» EXERCISE REQUIREMENTS
Write out exactly the lines below that run from the one containing "# Sketch2 → Boss-Extrude2 (new body)" through the one containing "The same part", both included, with no other lines.

[Start of section]

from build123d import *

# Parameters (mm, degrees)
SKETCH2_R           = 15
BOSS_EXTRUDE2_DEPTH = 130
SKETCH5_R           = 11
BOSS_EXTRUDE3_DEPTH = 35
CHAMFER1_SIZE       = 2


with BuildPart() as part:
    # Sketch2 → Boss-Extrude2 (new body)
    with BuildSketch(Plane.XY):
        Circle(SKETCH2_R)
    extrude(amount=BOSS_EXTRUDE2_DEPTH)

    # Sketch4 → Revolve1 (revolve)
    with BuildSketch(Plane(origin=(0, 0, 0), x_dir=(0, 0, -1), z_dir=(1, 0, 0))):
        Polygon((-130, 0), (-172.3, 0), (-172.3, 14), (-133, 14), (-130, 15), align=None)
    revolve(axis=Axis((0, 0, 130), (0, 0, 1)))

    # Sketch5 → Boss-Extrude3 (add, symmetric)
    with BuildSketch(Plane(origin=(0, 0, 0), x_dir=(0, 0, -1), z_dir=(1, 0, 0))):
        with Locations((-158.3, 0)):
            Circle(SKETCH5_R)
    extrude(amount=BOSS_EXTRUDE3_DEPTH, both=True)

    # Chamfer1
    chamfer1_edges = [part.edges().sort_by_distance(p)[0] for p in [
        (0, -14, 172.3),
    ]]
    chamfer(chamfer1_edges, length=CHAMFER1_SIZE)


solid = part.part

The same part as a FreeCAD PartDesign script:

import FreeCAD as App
import Part
import Sketcher


def edges_at(feature, points):
    """Names of the edges that pass closest to the given points."""
    edges = feature.Shape.Edges
    near = lambda p: min(range(len(edges)), key=lambda i: edges[i].distToShape(Part.Vertex(*p))[0])
    return sorted({f"Edge{near(p) + 1}" for p in points})

doc = App.newDocument("Part")
body = doc.addObject("PartDesign::Body", "Body")

# Sketch on XY plane
sketch1 = body.newObject("Sketcher::SketchObject", "Sketch")
sketch1.AttachmentSupport = (doc.getObject("XY_Plane"), [""])
sketch1.MapMode = "FlatFace"
sketch1.addGeometry(Part.Circle(App.Vector(0, 0, 0), App.Vector(0, 0, 1), 15), False)
sketch1.addConstraint(Sketcher.Constraint("Coincident", 0, 3, -1, 1))
sketch1.addConstraint(Sketcher.Constraint("Diameter", 0, 30.0))
pad1 = body.newObject("PartDesign::Pad", "Pad")
pad1.Profile = sketch1
pad1.Length = 130

# Sketch on YZ plane
sketch2 = body.newObject("Sketcher::SketchObject", "Sketch001")
sketch2.AttachmentSupport = (doc.getObject("YZ_Plane"), [""])
sketch2.MapMode = "FlatFace"
sketch2.addGeometry(Part.LineSegment(App.Vector(0, 172.3, 0), App.Vector(0, 130, 0)), False)
sketch2.addGeometry(Part.LineSegment(App.Vector(0, 130, 0), App.Vector(15, 130, 0)), False)
sketch2.addGeometry(Part.LineSegment(App.Vector(15, 130, 0), App.Vector(14, 133, 0)), False)
sketch2.addGeometry(Part.LineSegment(App.Vector(14, 133, 0), App.Vector(14, 172.3, 0)), False)
sketch2.addGeometry(Part.LineSegment(App.Vector(14, 172.3, 0), App.Vector(0, 172.3, 0)), False)
sketch2.addConstraint(Sketcher.Constraint("Coincident", 0, 2, 1, 1))
sketch2.addConstraint(Sketcher.Constraint("Coincident", 1, 2, 2, 1))
sketch2.addConstraint(Sketcher.Constraint("Coincident", 2, 2, 3, 1))
sketch2.addConstraint(Sketcher.Constraint("Coincident", 3, 2, 4, 1))
sketch2.addConstraint(Sketcher.Constraint("Coincident", 4, 2, 0, 1))
sketch2.addConstraint(Sketcher.Constraint("Vertical", 0))
sketch2.addConstraint(Sketcher.Constraint("Horizontal", 1))
sketch2.addConstraint(Sketcher.Constraint("Vertical", 3))
sketch2.addConstraint(Sketcher.Constraint("Horizontal", 4))
sketch2.addConstraint(Sketcher.Constraint("PointOnObject", 0, 2, -2))
sketch2.addConstraint(Sketcher.Constraint("DistanceX", 1, 1, 1, 2, 15.0))
sketch2.addConstraint(Sketcher.Constraint("DistanceX", 4, 2, 4, 1, 14.0))
sketch2.addConstraint(Sketcher.Constraint("DistanceY", 0, 2, 0, 1, 42.3))
sketch2.addConstraint(Sketcher.Constraint("DistanceY", 3, 1, 3, 2, 39.3))
sketch2.addConstraint(Sketcher.Constraint("DistanceY", -1, 1, 0, 2, 130.0))
revolution = body.newObject("PartDesign::Revolution", "Revolution")
revolution.Profile = sketch2
revolution.ReferenceAxis = (sketch2, ["V_Axis"])
revolution.Angle = 360

# Sketch on YZ plane
sketch3 = body.newObject("Sketcher::SketchObject", "Sketch002")
sketch3.AttachmentSupport = (doc.getObject("YZ_Plane"), [""])
sketch3.MapMode = "FlatFace"
sketch3.addGeometry(Part.Circle(App.Vector(0, 158, 0), App.Vector(0, 0, 1), 11), False)
sketch3.addConstraint(Sketcher.Constraint("PointOnObject", 0, 3, -2))
sketch3.addConstraint(Sketcher.Constraint("Diameter", 0, 22.0))
sketch3.addConstraint(Sketcher.Constraint("DistanceY", -1, 1, 0, 3, 158.3))
pad2 = body.newObject("PartDesign::Pad", "Pad001")
pad2.Profile = sketch3
pad2.Length = 70
pad2.Midplane = True
doc.recompute()

chamfer = body.newObject("PartDesign::Chamfer", "Chamfer")
chamfer.Base = (pad2, edges_at(pad2, [(0, -14, 172.3)]))
chamfer.Size = 2

doc.recompute()
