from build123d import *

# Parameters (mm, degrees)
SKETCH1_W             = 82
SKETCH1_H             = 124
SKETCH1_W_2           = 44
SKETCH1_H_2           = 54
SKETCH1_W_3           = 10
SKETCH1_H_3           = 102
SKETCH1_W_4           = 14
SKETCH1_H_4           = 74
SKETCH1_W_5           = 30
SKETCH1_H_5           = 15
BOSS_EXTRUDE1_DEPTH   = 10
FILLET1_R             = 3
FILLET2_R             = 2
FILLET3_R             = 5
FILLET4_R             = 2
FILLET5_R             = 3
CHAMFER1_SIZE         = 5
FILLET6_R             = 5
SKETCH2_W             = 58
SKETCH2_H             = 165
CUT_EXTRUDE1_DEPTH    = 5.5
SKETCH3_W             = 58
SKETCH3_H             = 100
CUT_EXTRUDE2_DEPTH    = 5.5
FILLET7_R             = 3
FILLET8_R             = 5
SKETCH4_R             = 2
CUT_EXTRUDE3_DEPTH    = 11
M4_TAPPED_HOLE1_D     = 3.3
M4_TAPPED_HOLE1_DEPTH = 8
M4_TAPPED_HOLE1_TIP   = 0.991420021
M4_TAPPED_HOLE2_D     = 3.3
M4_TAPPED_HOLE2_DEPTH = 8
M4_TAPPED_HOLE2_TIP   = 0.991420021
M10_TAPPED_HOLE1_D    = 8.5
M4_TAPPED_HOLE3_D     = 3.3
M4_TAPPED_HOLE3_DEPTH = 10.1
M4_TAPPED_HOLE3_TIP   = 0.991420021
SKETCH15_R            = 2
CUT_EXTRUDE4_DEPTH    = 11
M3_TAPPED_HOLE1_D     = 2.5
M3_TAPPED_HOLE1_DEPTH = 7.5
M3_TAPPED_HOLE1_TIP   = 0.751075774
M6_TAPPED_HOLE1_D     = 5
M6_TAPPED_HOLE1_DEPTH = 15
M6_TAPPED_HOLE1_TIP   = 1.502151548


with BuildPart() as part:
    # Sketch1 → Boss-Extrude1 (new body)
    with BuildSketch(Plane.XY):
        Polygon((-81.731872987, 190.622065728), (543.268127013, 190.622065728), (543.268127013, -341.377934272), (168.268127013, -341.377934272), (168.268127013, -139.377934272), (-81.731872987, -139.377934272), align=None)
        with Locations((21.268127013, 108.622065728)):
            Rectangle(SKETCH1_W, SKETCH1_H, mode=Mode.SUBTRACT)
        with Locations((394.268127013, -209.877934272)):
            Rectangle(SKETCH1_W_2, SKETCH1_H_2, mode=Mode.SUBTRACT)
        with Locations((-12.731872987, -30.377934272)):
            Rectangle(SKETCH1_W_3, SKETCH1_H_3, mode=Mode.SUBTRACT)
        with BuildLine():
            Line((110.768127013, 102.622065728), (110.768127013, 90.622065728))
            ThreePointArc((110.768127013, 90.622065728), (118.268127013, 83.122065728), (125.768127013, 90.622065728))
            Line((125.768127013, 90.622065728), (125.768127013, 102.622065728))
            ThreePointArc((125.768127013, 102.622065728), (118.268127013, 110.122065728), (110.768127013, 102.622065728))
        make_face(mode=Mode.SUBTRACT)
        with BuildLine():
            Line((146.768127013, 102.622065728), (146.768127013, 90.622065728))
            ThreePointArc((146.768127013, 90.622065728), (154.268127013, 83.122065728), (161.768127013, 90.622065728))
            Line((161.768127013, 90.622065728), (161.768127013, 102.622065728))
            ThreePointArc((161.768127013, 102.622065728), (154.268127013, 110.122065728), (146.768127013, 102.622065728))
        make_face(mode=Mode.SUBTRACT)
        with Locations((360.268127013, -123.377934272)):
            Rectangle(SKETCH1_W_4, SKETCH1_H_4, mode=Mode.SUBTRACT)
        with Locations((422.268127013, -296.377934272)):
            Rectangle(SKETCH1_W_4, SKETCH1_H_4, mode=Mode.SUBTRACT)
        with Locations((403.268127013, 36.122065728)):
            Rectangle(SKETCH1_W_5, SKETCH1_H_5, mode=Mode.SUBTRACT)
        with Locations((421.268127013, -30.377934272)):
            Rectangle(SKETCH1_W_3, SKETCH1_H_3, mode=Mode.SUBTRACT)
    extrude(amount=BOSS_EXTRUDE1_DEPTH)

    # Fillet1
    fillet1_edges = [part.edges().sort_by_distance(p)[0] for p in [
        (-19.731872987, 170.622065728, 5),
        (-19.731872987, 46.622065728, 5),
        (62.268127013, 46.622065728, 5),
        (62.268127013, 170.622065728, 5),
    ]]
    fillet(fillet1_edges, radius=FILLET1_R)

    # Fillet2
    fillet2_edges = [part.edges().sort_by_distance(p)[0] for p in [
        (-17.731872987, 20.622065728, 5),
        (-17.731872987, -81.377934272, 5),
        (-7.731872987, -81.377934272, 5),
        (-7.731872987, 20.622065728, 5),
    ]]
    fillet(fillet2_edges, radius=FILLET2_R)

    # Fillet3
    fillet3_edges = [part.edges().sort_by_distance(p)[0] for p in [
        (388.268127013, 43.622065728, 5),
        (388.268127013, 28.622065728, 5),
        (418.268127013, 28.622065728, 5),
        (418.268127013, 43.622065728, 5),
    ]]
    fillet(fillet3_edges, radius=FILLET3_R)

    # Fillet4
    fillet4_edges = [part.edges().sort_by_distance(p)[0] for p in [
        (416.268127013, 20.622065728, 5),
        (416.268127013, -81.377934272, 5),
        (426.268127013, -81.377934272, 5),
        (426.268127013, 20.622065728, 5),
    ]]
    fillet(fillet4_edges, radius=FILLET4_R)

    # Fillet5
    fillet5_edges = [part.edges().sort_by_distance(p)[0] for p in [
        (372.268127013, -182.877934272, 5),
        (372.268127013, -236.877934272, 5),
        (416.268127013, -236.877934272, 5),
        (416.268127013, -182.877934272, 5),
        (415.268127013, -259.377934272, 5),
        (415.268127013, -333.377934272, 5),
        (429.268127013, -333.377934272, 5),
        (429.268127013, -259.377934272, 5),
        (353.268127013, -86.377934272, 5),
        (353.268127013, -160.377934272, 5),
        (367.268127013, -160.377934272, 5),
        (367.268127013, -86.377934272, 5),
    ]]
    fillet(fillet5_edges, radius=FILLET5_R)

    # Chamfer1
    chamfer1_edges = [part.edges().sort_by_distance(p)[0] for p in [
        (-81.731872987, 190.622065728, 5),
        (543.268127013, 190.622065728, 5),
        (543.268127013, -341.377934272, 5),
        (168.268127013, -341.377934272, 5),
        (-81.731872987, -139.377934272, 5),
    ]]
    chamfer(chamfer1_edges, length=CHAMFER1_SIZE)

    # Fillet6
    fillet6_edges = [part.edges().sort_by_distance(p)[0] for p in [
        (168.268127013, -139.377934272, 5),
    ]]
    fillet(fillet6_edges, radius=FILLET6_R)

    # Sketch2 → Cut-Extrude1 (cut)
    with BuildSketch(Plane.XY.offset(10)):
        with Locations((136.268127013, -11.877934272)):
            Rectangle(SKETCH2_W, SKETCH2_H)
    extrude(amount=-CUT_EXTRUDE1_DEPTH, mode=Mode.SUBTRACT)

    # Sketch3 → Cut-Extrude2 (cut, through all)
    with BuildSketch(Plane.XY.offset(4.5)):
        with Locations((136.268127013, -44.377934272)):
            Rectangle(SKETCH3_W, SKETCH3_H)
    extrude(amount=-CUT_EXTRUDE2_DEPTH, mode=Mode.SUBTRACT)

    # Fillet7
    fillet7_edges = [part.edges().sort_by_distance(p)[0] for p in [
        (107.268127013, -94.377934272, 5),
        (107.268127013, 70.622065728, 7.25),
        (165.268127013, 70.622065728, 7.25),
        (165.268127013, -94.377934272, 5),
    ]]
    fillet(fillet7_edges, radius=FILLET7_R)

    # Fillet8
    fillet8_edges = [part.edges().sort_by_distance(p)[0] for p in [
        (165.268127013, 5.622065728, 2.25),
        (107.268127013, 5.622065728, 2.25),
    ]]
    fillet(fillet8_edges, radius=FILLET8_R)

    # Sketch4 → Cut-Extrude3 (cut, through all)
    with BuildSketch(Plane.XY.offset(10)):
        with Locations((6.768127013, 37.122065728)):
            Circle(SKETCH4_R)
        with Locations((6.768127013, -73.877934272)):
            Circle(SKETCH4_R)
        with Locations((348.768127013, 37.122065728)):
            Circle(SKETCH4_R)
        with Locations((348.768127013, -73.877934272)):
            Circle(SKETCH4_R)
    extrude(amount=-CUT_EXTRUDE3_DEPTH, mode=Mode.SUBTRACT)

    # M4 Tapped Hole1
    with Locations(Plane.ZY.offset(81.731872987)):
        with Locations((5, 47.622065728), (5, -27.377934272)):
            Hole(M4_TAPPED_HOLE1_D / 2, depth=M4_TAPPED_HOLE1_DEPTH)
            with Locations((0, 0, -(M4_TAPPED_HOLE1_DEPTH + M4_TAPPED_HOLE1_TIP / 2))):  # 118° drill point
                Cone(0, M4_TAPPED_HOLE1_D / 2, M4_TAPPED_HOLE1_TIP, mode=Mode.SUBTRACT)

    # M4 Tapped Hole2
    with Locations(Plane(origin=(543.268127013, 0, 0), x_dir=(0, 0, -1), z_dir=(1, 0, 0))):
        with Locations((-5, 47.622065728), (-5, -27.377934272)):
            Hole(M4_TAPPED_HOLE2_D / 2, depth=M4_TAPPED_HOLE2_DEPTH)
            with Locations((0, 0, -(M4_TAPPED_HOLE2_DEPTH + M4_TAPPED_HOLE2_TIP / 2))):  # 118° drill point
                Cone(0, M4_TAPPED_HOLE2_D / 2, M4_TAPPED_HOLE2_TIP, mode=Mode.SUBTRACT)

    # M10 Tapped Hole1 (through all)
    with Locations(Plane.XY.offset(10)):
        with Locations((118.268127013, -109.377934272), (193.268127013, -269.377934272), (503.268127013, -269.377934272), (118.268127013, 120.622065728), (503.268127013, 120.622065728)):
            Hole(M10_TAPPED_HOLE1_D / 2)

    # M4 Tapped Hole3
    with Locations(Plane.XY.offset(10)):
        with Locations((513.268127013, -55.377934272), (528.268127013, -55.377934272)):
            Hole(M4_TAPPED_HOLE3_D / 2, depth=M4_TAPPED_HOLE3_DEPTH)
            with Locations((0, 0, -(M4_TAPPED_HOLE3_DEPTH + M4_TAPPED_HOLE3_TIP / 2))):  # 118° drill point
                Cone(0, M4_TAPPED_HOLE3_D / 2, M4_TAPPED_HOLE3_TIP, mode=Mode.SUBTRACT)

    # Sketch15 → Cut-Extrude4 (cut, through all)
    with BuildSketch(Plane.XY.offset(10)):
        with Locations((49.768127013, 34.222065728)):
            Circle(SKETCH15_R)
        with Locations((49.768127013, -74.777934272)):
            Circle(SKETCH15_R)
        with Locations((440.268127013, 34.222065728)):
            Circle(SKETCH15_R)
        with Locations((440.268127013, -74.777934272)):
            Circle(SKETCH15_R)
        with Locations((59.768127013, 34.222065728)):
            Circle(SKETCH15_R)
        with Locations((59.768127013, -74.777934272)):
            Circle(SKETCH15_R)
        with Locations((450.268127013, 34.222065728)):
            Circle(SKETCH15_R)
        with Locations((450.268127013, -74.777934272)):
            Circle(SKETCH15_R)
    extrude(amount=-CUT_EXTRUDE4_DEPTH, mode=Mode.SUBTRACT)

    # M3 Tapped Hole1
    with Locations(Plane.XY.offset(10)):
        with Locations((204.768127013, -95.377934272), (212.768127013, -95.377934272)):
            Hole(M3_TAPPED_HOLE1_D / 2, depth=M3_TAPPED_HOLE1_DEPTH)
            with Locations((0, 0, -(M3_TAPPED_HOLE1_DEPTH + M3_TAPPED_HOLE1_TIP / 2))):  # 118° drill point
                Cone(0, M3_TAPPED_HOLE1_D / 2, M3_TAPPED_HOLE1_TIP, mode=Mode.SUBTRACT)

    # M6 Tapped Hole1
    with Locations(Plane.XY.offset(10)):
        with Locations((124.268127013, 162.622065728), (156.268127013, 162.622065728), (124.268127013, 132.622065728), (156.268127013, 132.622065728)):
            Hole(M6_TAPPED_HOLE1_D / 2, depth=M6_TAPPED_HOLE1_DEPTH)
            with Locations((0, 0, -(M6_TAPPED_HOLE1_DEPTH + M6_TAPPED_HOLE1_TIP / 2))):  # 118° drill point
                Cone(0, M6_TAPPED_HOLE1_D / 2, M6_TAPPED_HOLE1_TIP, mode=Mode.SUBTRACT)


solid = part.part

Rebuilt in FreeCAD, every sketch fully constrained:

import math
import FreeCAD as App
import Part
import Sketcher
Q = App.Units.Quantity


def edges_at(feature, points):
    """Names of the edges that pass closest to the given points."""
    edges = feature.Shape.Edges
    near = lambda p: min(range(len(edges)), key=lambda i: edges[i].distToShape(Part.Vertex(*p))[0])
    return sorted({f"Edge{near(p) + 1}" for p in points})


def add_polygon(sketch, points):
    """Adds a closed chain of lines whose ends are joined by coincident constraints."""
    first, n = sketch.GeometryCount, len(points)
    for a, b in zip(points, points[1:] + points[:1]):
        sketch.addGeometry(Part.LineSegment(App.Vector(*a, 0), App.Vector(*b, 0)), False)
    for i in range(n):
        sketch.addConstraint(Sketcher.Constraint("Coincident", first + i, 2, first + (i + 1) % n, 1))

doc = App.newDocument("Part")
body = doc.addObject("PartDesign::Body", "Body")

# Sketch on XY plane
sketch1 = body.newObject("Sketcher::SketchObject", "Sketch")
sketch1.AttachmentSupport = (doc.getObject("XY_Plane"), [""])
sketch1.MapMode = "FlatFace"
add_polygon(sketch1, [(543.268127, 190.622066), (-81.731873, 190.622066), (-81.731873, -139.377934), (168.268127, -139.377934), (168.268127, -341.377934), (543.268127, -341.377934)])  # lines 0-5
add_polygon(sketch1, [(415.268127, -333.377934), (415.268127, -259.377934), (429.268127, -259.377934), (429.268127, -333.377934)])  # lines 6-9
add_polygon(sketch1, [(372.268127, -236.877934), (372.268127, -182.877934), (416.268127, -182.877934), (416.268127, -236.877934)])  # lines 10-13
add_polygon(sketch1, [(353.268127, -160.377934), (353.268127, -86.377934), (367.268127, -86.377934), (367.268127, -160.377934)])  # lines 14-17
add_polygon(sketch1, [(416.268127, -81.377934), (416.268127, 20.622066), (426.268127, 20.622066), (426.268127, -81.377934)])  # lines 18-21
add_polygon(sketch1, [(388.268127, 28.622066), (388.268127, 43.622066), (418.268127, 43.622066), (418.268127, 28.622066)])  # lines 22-25
add_polygon(sketch1, [(-17.731873, -81.377934), (-17.731873, 20.622066), (-7.731873, 20.622066), (-7.731873, -81.377934)])  # lines 26-29
sketch1.addGeometry(Part.ArcOfCircle(Part.Circle(App.Vector(154.268127, 102.622066, 0), App.Vector(0, 0, 1), 7.5), math.radians(0), math.radians(180)), False)  # 30
sketch1.addGeometry(Part.LineSegment(App.Vector(161.768127, 102.622066, 0), App.Vector(161.768127, 90.622066, 0)), False)  # 31
sketch1.addGeometry(Part.ArcOfCircle(Part.Circle(App.Vector(154.268127, 90.622066, 0), App.Vector(0, 0, 1), 7.5), math.radians(180), math.radians(360)), False)  # 32
sketch1.addGeometry(Part.LineSegment(App.Vector(146.768127, 90.622066, 0), App.Vector(146.768127, 102.622066, 0)), False)  # 33
sketch1.addGeometry(Part.ArcOfCircle(Part.Circle(App.Vector(118.268127, 102.622066, 0), App.Vector(0, 0, 1), 7.5), math.radians(0), math.radians(180)), False)  # 34
sketch1.addGeometry(Part.LineSegment(App.Vector(125.768127, 102.622066, 0), App.Vector(125.768127, 90.622066, 0)), False)  # 35
sketch1.addGeometry(Part.ArcOfCircle(Part.Circle(App.Vector(118.268127, 90.622066, 0), App.Vector(0, 0, 1), 7.5), math.radians(180), math.radians(360)), False)  # 36
sketch1.addGeometry(Part.LineSegment(App.Vector(110.768127, 90.622066, 0), App.Vector(110.768127, 102.622066, 0)), False)  # 37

[End of section]

» EXPECTED OUTPUT
    # Sketch2 → Boss-Extrude2 (new body)
    with BuildSketch(Plane.XY):
        Circle(SKETCH2_R)
    extrude(amount=BOSS_EXTRUDE2_DEPTH)

    # Sketch4 → Revolve1 (revolve)
    with BuildSketch(Plane(origin=(0, 0, 0), x_dir=(0, 0, -1), z_dir=(1, 0, 0))):
        Polygon((-130, 0), (-172.3, 0), (-172.3, 14), (-133, 14), (-130, 15), align=None)
    revolve(axis=Axis((0, 0, 130), (0, 0, 1)))

    # Sketch5 → Boss-Extrude3 (add, symmetric)
    with BuildSketch(Plane(origin=(0, 0, 0), x_dir=(0, 0, -1), z_dir=(1, 0, 0))):
        with Locations((-158.3, 0)):
            Circle(SKETCH5_R)
    extrude(amount=BOSS_EXTRUDE3_DEPTH, both=True)

    # Chamfer1
    chamfer1_edges = [part.edges().sort_by_distance(p)[0] for p in [
        (0, -14, 172.3),
    ]]
    chamfer(chamfer1_edges, length=CHAMFER1_SIZE)


solid = part.part

The same part as a FreeCAD PartDesign script:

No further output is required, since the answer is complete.